**What is being asked:**
Could you print all the entries exactly?

**Dataset entries:**
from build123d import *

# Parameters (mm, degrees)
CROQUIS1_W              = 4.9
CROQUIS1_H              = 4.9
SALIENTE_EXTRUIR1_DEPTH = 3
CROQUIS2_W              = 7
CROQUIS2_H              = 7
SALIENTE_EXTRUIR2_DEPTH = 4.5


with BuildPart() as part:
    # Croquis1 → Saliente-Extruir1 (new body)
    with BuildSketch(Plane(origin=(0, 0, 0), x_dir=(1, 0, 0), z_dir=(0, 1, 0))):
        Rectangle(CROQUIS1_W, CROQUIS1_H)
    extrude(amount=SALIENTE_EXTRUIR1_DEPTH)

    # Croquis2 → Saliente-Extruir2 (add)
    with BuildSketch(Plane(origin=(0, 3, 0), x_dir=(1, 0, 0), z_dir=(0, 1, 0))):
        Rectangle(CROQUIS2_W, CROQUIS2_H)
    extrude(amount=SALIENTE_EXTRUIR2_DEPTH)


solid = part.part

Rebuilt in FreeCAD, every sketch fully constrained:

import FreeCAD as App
import Part
import Sketcher

doc = App.newDocument("Part")
body = doc.addObject("PartDesign::Body", "Body")

# Sketch on XZ plane
sketch1 = body.newObject("Sketcher::SketchObject", "Sketch")
sketch1.AttachmentSupport = (doc.getObject("XZ_Plane"), [""])
sketch1.MapMode = "FlatFace"
sketch1.addGeometry([
    Part.LineSegment(App.Vector(-2.5, -2.5, 0), App.Vector(-2.5, 2.5, 0)),
    Part.LineSegment(App.Vector(-2.5, 2.5, 0), App.Vector(2.5, 2.5, 0)),
    Part.LineSegment(App.Vector(2.5, 2.5, 0), App.Vector(2.5, -2.5, 0)),
    Part.LineSegment(App.Vector(2.5, -2.5, 0), App.Vector(-2.5, -2.5, 0)),
], False)
sketch1.addConstraint([
    Sketcher.Constraint("Coincident", 0, 2, 1, 1),
    Sketcher.Constraint("Coincident", 1, 2, 2, 1),
    Sketcher.Constraint("Coincident", 2, 2, 3, 1),
    Sketcher.Constraint("Coincident", 3, 2, 0, 1),
    Sketcher.Constraint("Vertical", 0),
    Sketcher.Constraint("Horizontal", 1),
    Sketcher.Constraint("Vertical", 2),
    Sketcher.Constraint("Horizontal", 3),
    Sketcher.Constraint("Symmetric", 0, 2, 2, 2, -1, 1),
    Sketcher.Constraint("Equal", 3, 0),
    Sketcher.Constraint("DistanceX", 1, 1, 1, 2, 4.9),
])
pad1 = body.newObject("PartDesign::Pad", "Pad")
pad1.Profile = sketch1
pad1.Length = 3
pad1.Reversed = True

# Sketch on XZ plane
sketch2 = body.newObject("Sketcher::SketchObject", "Sketch001")
sketch2.AttachmentSupport = (doc.getObject("XZ_Plane"), [""])
sketch2.MapMode = "FlatFace"
sketch2.AttachmentOffset = App.Placement(App.Vector(0, 0, -3), App.Rotation())
sketch2.addGeometry([
    Part.LineSegment(App.Vector(-4, -4, 0), App.Vector(-4, 4, 0)),
    Part.LineSegment(App.Vector(-4, 4, 0), App.Vector(4, 4, 0)),
    Part.LineSegment(App.Vector(4, 4, 0), App.Vector(4, -4, 0)),
    Part.LineSegment(App.Vector(4, -4, 0), App.Vector(-4, -4, 0)),
], False)
sketch2.addConstraint([
    Sketcher.Constraint("Coincident", 0, 2, 1, 1),
    Sketcher.Constraint("Coincident", 1, 2, 2, 1),
    Sketcher.Constraint("Coincident", 2, 2, 3, 1),
    Sketcher.Constraint("Coincident", 3, 2, 0, 1),
    Sketcher.Constraint("Vertical", 0),
    Sketcher.Constraint("Horizontal", 1),
    Sketcher.Constraint("Vertical", 2),
    Sketcher.Constraint("Horizontal", 3),
    Sketcher.Constraint("Symmetric", 0, 2, 2, 2, -1, 1),
    Sketcher.Constraint("Equal", 3, 0),
    Sketcher.Constraint("DistanceX", 1, 1, 1, 2, 7.0),
])
pad2 = body.newObject("PartDesign::Pad", "Pad001")
pad2.Profile = sketch2
pad2.Length = 4.5
pad2.Reversed = True

doc.recompute()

**Response to this exercise:**
from build123d import *

# Parameters (mm, degrees)
CROQUIS1_W              = 4.9
CROQUIS1_H              = 4.9
SALIENTE_EXTRUIR1_DEPTH = 3
CROQUIS2_W              = 7
CROQUIS2_H              = 7
SALIENTE_EXTRUIR2_DEPTH = 4.5


with BuildPart() as part:
    # Croquis1 → Saliente-Extruir1 (new body)
    with BuildSketch(Plane(origin=(0, 0, 0), x_dir=(1, 0, 0), z_dir=(0, 1, 0))):
        Rectangle(CROQUIS1_W, CROQUIS1_H)
    extrude(amount=SALIENTE_EXTRUIR1_DEPTH)

    # Croquis2 → Saliente-Extruir2 (add)
    with BuildSketch(Plane(origin=(0, 3, 0), x_dir=(1, 0, 0), z_dir=(0, 1, 0))):
        Rectangle(CROQUIS2_W, CROQUIS2_H)
    extrude(amount=SALIENTE_EXTRUIR2_DEPTH)


solid = part.part

Rebuilt in FreeCAD, every sketch fully constrained:

import FreeCAD as App
import Part
import Sketcher

doc = App.newDocument("Part")
body = doc.addObject("PartDesign::Body", "Body")

# Sketch on XZ plane
sketch1 = body.newObject("Sketcher::SketchObject", "Sketch")
sketch1.AttachmentSupport = (doc.getObject("XZ_Plane"), [""])
sketch1.MapMode = "FlatFace"
sketch1.addGeometry([
    Part.LineSegment(App.Vector(-2.5, -2.5, 0), App.Vector(-2.5, 2.5, 0)),
    Part.LineSegment(App.Vector(-2.5, 2.5, 0), App.Vector(2.5, 2.5, 0)),
    Part.LineSegment(App.Vector(2.5, 2.5, 0), App.Vector(2.5, -2.5, 0)),
    Part.LineSegment(App.Vector(2.5, -2.5, 0), App.Vector(-2.5, -2.5, 0)),
], False)
sketch1.addConstraint([
    Sketcher.Constraint("Coincident", 0, 2, 1, 1),
    Sketcher.Constraint("Coincident", 1, 2, 2, 1),
    Sketcher.Constraint("Coincident", 2, 2, 3, 1),
    Sketcher.Constraint("Coincident", 3, 2, 0, 1),
    Sketcher.Constraint("Vertical", 0),
    Sketcher.Constraint("Horizontal", 1),
    Sketcher.Constraint("Vertical", 2),
    Sketcher.Constraint("Horizontal", 3),
    Sketcher.Constraint("Symmetric", 0, 2, 2, 2, -1, 1),
    Sketcher.Constraint("Equal", 3, 0),
    Sketcher.Constraint("DistanceX", 1, 1, 1, 2, 4.9),
])
pad1 = body.newObject("PartDesign::Pad", "Pad")
pad1.Profile = sketch1
pad1.Length = 3
pad1.Reversed = True

# Sketch on XZ plane
sketch2 = body.newObject("Sketcher::SketchObject", "Sketch001")
sketch2.AttachmentSupport = (doc.getObject("XZ_Plane"), [""])
sketch2.MapMode = "FlatFace"
sketch2.AttachmentOffset = App.Placement(App.Vector(0, 0, -3), App.Rotation())
sketch2.addGeometry([
    Part.LineSegment(App.Vector(-4, -4, 0), App.Vector(-4, 4, 0)),
    Part.LineSegment(App.Vector(-4, 4, 0), App.Vector(4, 4, 0)),
    Part.LineSegment(App.Vector(4, 4, 0), App.Vector(4, -4, 0)),
    Part.LineSegment(App.Vector(4, -4, 0), App.Vector(-4, -4, 0)),
], False)
sketch2.addConstraint([
    Sketcher.Constraint("Coincident", 0, 2, 1, 1),
    Sketcher.Constraint("Coincident", 1, 2, 2, 1),
    Sketcher.Constraint("Coincident", 2, 2, 3, 1),
    Sketcher.Constraint("Coincident", 3, 2, 0, 1),
    Sketcher.Constraint("Vertical", 0),
    Sketcher.Constraint("Horizontal", 1),
    Sketcher.Constraint("Vertical", 2),
    Sketcher.Constraint("Horizontal", 3),
    Sketcher.Constraint("Symmetric", 0, 2, 2, 2, -1, 1),
    Sketcher.Constraint("Equal", 3, 0),
    Sketcher.Constraint("DistanceX", 1, 1, 1, 2, 7.0),
])
pad2 = body.newObject("PartDesign::Pad", "Pad001")
pad2.Profile = sketch2
pad2.Length = 4.5
pad2.Reversed = True

doc.recompute()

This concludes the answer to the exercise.